# dizzy and plant birds



## TOOTALL (Dec 29, 2004)

Ran the pup on some chukar today. How exactly do you dizzy and plant a bird? I thought I understood how to do it, but obviously not. These birds took off the second I let them go. I was only able to get the dog on half of the birds I released. The rest of them ended up in trees or in the next county. All in all had a great day though. Here are a couple of pics.


----------



## slammer (Feb 21, 2006)

Tootall,
For chukars you can hold them by the legs and swing them around and around until their wings stop flapping. Swing them like a pro softball pitcher would wind-up. When their wings stop they are dizzy. It also helps to tuck their head under their wing and place them down on that side. This works well on pheasants also but is too rough on quail.


----------



## TOOTALL (Dec 29, 2004)

slammer said:


> Tootall,
> For chukars you can hold them by the legs and swing them around and around until their wings stop flapping. Swing them like a pro softball pitcher would wind-up. When their wings stop they are dizzy. It also helps to tuck their head under their wing and place them down on that side. This works well on pheasants also but is too rough on quail.

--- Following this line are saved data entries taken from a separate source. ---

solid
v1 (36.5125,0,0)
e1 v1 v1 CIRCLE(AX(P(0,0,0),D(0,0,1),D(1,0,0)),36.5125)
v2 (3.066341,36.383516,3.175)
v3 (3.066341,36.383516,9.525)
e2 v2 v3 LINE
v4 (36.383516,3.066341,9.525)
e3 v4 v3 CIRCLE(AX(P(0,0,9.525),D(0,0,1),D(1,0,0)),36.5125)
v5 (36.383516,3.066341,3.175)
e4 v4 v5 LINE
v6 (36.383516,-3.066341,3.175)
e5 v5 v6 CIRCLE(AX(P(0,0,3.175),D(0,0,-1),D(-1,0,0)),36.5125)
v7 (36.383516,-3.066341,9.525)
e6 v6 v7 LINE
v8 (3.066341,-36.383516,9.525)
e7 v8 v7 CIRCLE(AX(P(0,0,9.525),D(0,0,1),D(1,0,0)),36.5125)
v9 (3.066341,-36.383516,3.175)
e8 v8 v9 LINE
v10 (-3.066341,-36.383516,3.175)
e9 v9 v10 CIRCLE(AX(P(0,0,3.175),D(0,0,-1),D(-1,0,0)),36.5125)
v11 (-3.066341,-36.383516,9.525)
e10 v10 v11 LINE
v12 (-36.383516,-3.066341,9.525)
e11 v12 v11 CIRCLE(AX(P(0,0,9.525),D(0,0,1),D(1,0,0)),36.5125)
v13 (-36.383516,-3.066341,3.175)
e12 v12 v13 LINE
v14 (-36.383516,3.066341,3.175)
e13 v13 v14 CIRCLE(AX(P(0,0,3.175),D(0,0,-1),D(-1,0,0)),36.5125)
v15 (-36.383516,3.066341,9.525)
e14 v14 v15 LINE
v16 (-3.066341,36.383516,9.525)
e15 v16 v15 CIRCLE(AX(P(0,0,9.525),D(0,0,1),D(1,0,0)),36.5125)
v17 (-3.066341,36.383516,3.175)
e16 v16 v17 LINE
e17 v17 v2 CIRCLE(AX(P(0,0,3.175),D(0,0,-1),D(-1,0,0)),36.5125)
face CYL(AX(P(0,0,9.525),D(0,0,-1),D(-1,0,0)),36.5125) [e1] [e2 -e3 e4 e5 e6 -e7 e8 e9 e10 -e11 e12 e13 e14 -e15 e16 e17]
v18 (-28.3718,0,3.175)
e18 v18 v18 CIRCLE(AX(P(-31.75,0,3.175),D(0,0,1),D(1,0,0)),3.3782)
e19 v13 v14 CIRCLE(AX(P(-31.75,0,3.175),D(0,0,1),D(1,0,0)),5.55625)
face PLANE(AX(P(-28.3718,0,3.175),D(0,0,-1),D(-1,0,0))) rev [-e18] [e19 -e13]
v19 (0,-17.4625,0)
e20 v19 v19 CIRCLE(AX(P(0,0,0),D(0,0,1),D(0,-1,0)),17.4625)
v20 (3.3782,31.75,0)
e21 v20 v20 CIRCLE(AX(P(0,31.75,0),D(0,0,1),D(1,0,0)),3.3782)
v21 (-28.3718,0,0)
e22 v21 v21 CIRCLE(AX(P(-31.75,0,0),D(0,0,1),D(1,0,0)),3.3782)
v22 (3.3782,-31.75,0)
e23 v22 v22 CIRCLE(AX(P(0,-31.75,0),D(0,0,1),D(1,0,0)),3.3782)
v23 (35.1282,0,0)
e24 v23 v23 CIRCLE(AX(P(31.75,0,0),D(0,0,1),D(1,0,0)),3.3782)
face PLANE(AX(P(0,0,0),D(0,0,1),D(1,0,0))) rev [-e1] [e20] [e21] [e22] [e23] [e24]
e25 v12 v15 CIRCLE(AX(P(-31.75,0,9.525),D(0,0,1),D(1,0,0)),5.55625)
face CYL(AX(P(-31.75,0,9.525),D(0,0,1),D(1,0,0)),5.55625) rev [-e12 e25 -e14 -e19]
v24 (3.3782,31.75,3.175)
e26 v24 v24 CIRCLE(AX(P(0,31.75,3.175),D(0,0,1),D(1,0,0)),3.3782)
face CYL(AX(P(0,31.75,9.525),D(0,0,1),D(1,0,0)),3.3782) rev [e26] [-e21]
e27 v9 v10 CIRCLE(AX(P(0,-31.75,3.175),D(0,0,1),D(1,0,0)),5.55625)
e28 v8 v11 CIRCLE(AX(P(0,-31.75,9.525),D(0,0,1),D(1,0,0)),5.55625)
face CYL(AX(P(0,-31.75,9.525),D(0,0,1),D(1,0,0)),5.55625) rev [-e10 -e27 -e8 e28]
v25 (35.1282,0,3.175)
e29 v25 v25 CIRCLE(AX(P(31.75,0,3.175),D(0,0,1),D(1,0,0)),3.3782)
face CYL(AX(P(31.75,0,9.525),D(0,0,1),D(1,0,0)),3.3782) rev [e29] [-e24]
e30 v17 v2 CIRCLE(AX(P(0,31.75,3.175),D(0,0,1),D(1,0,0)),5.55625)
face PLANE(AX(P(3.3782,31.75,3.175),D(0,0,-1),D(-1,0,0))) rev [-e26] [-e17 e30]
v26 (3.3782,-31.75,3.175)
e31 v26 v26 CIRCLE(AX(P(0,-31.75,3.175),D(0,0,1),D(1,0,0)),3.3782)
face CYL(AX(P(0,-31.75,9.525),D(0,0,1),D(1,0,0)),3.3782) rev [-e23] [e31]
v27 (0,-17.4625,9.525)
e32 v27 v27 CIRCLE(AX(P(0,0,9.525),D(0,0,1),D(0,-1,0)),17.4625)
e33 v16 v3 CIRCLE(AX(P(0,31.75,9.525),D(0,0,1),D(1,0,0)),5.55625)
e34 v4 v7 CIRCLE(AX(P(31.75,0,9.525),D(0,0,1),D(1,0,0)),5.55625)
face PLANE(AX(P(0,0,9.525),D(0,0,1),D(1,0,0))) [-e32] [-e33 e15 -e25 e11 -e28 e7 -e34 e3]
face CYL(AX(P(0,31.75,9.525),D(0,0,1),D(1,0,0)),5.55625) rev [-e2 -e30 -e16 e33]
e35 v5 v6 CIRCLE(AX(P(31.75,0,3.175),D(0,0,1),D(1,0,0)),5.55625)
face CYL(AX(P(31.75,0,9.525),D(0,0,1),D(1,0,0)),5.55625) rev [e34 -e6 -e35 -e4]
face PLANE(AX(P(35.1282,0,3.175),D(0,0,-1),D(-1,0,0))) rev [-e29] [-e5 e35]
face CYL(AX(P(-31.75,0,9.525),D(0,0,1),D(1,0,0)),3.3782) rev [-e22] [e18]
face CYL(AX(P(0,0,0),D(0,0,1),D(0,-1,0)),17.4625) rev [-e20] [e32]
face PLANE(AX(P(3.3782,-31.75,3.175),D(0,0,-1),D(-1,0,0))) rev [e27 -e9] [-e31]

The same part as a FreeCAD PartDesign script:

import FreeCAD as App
import Part
import Sketcher
Q = App.Units.Quantity

doc = App.newDocument("Part")
body = doc.addObject("PartDesign::Body", "Body")

sketch1 = body.newObject("Sketcher::SketchObject", "Sketch")
sketch1.AttachmentSupport = (doc.getObject("XY_Plane"), [""])
sketch1.MapMode = "FlatFace"
sketch1.addGeometry(Part.Circle(App.Vector(0, 0, 0), App.Vector(0, 0, 1), 37), False)
sketch1.addConstraint([
    Sketcher.Constraint("Coincident", 0, 3, -1, 1),
    Sketcher.Constraint("Diameter", 0, Q("2.875 in")),
])
pad1 = body.newObject("PartDesign::Pad", "Pad")
pad1.Profile = sketch1
pad1.Length = Q("0.375 in")

sketch2 = body.newObject("Sketcher::SketchObject", "Sketch001")
sketch2.AttachmentSupport = (doc.getObject("XY_Plane"), [""])
sketch2.MapMode = "FlatFace"
sketch2.AttachmentOffset = App.Placement(App.Vector(0, 0, 0.375 * 25.4), App.Rotation())
sketch2.addGeometry(Part.Circle(App.Vector(0, 0, 0), App.Vector(0, 0, 1), 17), False)
sketch2.addConstraint([
    Sketcher.Constraint("Coincident", 0, 3, -1, 1),
    Sketcher.Constraint("Diameter", 0, Q("1.375 in")),
])
pocket1 = body.newObject("PartDesign::Pocket", "Pocket")
pocket1.Profile = sketch2
pocket1.Type = "ThroughAll"

sketch3 = body.newObject("Sketcher::SketchObject", "Sketch002")
sketch3.AttachmentSupport = (doc.getObject("XY_Plane"), [""])
sketch3.MapMode = "FlatFace"
sketch3.AttachmentOffset = App.Placement(App.Vector(0, 0, 0.375 * 25.4), App.Rotation())
sketch3.addGeometry([
    Part.Circle(App.Vector(0, 31.8, 0), App.Vector(0, 0, 1), 3.4),
    Part.Circle(App.Vector(-31.8, 0, 0), App.Vector(0, 0, 1), 3.4),
    Part.Circle(App.Vector(31.8, 0, 0), App.Vector(0, 0, 1), 3.4),
    Part.Circle(App.Vector(0, -31.8, 0), App.Vector(0, 0, 1), 3.4),
], False)
sketch3.addConstraint([
    Sketcher.Constraint("Equal", 0, 1),
    Sketcher.Constraint("Equal", 1, 2),
    Sketcher.Constraint("Equal", 2, 3),
    Sketcher.Constraint("Symmetric", 1, 3, 2, 3, -1, 1),
    Sketcher.Constraint("Symmetric", 0, 3, 3, 3, -1, 1),
    Sketcher.Constraint("PointOnObject", 0, 3, -2),
    Sketcher.Constraint("PointOnObject", 1, 3, -1),
    Sketcher.Constraint("Diameter", 0, Q("0.266 in")),
    Sketcher.Constraint("DistanceX", 1, 3, 2, 3, Q("2.5 in")),
    Sketcher.Constraint("DistanceY", 3, 3, 0, 3, Q("2.5 in")),
])
doc.recompute()
hole = body.newObject("PartDesign::Hole", "Hole")
hole.Profile = sketch3
hole.ThreadType = "None"
hole.Diameter = Q("0.266 in")
hole.DepthType = "ThroughAll"
hole.HoleCutType = "Counterbore"
hole.HoleCutDiameter = Q("0.4375 in")
hole.HoleCutDepth = Q("0.25 in")

doc.recompute()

Thanks, that is definately not how I was going about it. Will give it another shot next weekend.


----------



## Bonz 54 (Apr 17, 2005)

Tootall,

You really don't have the spin the Birds. Tuck the head under a wing and then gently shake the birds afew times. Lay the bird down on the wing holding the head and pull the legs out until they are stretched. When the bird stops fighting the pull, release your grip on the bird and it's legs and back away slowly. The bird will stay quite awhile. If they get up, they usually walk off, leaving a scent trail for the dog to follow. I've used this proceedure on Pigeons, Quail, Chuckars, even full grown Rooster Pheasants. FRANK.


----------



## mrlinden (Sep 16, 2002)

If I may ask? Where are you getting the chuckars? 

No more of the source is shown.